About this exercise: Could you return every line of the records below that contains the word "rotate"?

Supplied material:
*** Block opens ***

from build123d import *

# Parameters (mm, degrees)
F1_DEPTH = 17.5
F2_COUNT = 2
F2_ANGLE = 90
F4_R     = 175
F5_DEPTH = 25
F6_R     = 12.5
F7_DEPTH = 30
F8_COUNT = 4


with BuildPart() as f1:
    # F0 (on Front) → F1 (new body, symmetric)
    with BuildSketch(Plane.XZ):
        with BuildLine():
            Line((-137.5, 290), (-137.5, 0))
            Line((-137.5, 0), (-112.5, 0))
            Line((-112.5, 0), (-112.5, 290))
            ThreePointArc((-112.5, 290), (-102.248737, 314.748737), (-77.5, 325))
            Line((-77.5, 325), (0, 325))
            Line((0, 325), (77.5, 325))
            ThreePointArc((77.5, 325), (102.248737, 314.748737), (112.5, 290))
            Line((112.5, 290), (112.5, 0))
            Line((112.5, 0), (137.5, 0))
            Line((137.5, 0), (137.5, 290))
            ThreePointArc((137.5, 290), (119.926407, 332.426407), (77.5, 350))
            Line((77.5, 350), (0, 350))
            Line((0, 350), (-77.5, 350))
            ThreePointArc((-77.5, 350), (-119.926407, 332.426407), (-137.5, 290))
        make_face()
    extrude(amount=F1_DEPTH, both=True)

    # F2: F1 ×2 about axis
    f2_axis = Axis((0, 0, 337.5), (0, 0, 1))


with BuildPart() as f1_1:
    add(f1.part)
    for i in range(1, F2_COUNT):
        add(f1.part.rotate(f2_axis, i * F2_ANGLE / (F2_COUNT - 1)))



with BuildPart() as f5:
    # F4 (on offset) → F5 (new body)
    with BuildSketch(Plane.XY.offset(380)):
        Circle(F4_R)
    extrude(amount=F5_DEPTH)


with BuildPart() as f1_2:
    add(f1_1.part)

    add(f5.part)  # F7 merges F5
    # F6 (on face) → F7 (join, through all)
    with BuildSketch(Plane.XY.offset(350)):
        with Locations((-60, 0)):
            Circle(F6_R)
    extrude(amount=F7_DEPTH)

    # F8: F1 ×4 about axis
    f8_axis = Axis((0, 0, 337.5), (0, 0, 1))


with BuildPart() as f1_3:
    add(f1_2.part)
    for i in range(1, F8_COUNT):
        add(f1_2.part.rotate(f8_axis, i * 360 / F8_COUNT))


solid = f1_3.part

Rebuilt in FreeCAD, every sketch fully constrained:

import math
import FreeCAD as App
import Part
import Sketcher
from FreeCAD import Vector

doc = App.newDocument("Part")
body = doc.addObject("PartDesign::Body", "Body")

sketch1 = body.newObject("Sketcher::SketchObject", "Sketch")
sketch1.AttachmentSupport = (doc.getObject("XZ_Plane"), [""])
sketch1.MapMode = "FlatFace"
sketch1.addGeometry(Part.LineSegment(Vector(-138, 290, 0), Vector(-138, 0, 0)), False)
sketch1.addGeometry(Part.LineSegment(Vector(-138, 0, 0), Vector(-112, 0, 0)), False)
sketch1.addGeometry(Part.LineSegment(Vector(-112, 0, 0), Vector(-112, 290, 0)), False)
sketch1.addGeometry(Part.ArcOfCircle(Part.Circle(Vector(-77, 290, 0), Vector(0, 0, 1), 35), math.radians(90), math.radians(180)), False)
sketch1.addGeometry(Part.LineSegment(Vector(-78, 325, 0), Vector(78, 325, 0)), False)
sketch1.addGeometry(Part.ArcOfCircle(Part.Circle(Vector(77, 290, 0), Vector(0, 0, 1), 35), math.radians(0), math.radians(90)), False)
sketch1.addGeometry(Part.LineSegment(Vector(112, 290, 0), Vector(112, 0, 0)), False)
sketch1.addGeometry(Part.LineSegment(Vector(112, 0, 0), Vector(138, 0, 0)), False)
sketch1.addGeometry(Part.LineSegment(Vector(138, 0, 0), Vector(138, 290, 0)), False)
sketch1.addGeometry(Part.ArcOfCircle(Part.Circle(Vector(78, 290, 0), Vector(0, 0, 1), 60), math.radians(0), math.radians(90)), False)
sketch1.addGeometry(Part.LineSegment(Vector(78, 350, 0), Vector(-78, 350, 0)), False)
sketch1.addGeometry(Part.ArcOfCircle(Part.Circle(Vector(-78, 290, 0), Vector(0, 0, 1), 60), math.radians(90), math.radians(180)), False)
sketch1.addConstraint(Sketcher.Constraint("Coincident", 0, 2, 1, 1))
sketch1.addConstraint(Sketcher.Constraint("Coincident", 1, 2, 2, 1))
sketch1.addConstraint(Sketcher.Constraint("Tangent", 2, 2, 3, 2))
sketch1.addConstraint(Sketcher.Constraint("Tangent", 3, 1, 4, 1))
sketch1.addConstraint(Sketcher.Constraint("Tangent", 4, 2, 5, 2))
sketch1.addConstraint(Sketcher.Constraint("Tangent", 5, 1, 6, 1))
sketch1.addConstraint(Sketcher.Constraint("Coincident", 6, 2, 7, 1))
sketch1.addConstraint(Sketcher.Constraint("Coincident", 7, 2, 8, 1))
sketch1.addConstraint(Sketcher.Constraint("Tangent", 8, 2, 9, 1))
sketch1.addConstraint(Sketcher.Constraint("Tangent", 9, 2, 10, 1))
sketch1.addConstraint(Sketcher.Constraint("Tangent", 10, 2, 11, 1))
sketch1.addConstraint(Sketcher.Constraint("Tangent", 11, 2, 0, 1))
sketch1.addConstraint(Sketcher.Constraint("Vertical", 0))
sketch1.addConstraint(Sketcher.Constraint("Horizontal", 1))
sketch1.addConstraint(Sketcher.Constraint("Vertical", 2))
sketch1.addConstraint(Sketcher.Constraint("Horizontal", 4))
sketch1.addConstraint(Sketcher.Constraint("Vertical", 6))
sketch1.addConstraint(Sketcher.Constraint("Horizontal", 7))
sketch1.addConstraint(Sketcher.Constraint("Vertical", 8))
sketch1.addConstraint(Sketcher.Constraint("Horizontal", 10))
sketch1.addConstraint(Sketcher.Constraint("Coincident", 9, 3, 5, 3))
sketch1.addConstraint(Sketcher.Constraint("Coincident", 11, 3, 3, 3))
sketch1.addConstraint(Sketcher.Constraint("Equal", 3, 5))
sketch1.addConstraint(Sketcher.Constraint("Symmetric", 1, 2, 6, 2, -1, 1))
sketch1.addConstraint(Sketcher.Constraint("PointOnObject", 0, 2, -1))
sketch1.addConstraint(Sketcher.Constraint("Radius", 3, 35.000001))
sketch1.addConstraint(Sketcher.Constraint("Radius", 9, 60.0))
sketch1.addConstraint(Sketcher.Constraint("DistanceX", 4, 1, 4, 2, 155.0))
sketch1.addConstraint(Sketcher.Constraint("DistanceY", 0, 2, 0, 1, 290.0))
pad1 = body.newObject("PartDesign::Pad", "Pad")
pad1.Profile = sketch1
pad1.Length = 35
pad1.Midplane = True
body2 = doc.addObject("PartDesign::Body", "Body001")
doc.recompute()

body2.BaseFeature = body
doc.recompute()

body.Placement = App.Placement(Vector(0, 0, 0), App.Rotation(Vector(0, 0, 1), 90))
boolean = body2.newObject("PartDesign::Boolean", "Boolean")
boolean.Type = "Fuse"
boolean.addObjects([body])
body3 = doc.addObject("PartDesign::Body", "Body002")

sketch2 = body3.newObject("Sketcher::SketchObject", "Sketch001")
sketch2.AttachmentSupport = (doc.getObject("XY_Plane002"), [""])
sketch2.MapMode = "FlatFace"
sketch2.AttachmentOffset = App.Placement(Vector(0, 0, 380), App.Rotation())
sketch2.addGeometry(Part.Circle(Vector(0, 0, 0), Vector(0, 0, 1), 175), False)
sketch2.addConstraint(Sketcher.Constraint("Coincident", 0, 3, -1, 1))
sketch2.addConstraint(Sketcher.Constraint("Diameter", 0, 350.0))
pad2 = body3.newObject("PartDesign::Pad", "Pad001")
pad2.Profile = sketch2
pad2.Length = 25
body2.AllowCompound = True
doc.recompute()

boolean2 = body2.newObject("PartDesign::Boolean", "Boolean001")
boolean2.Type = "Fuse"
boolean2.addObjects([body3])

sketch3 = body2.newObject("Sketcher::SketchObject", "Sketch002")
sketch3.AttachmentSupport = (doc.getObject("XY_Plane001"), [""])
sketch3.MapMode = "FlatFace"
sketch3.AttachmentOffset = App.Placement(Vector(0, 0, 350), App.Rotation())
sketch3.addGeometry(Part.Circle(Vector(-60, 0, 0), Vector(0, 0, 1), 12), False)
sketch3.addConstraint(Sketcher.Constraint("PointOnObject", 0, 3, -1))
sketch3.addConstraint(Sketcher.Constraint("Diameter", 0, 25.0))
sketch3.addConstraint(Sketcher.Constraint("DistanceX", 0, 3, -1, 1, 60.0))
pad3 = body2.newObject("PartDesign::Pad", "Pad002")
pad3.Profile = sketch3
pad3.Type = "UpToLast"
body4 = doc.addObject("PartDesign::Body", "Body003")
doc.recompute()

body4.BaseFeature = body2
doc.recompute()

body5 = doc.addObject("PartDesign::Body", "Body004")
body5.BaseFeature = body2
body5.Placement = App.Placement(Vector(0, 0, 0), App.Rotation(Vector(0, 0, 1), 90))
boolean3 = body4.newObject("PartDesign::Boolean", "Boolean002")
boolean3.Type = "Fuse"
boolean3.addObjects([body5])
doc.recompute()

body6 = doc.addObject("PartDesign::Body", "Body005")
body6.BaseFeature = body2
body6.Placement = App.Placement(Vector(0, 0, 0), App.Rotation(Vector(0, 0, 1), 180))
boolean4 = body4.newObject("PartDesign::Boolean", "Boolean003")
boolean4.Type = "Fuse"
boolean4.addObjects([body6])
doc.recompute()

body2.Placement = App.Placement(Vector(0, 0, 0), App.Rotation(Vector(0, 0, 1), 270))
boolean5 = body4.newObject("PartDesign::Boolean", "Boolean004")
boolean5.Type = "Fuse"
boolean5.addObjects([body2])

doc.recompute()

*** Block closes ***

Answer to this problem:
        add(f1.part.rotate(f2_axis, i * F2_ANGLE / (F2_COUNT - 1)))
        add(f1_2.part.rotate(f8_axis, i * 360 / F8_COUNT))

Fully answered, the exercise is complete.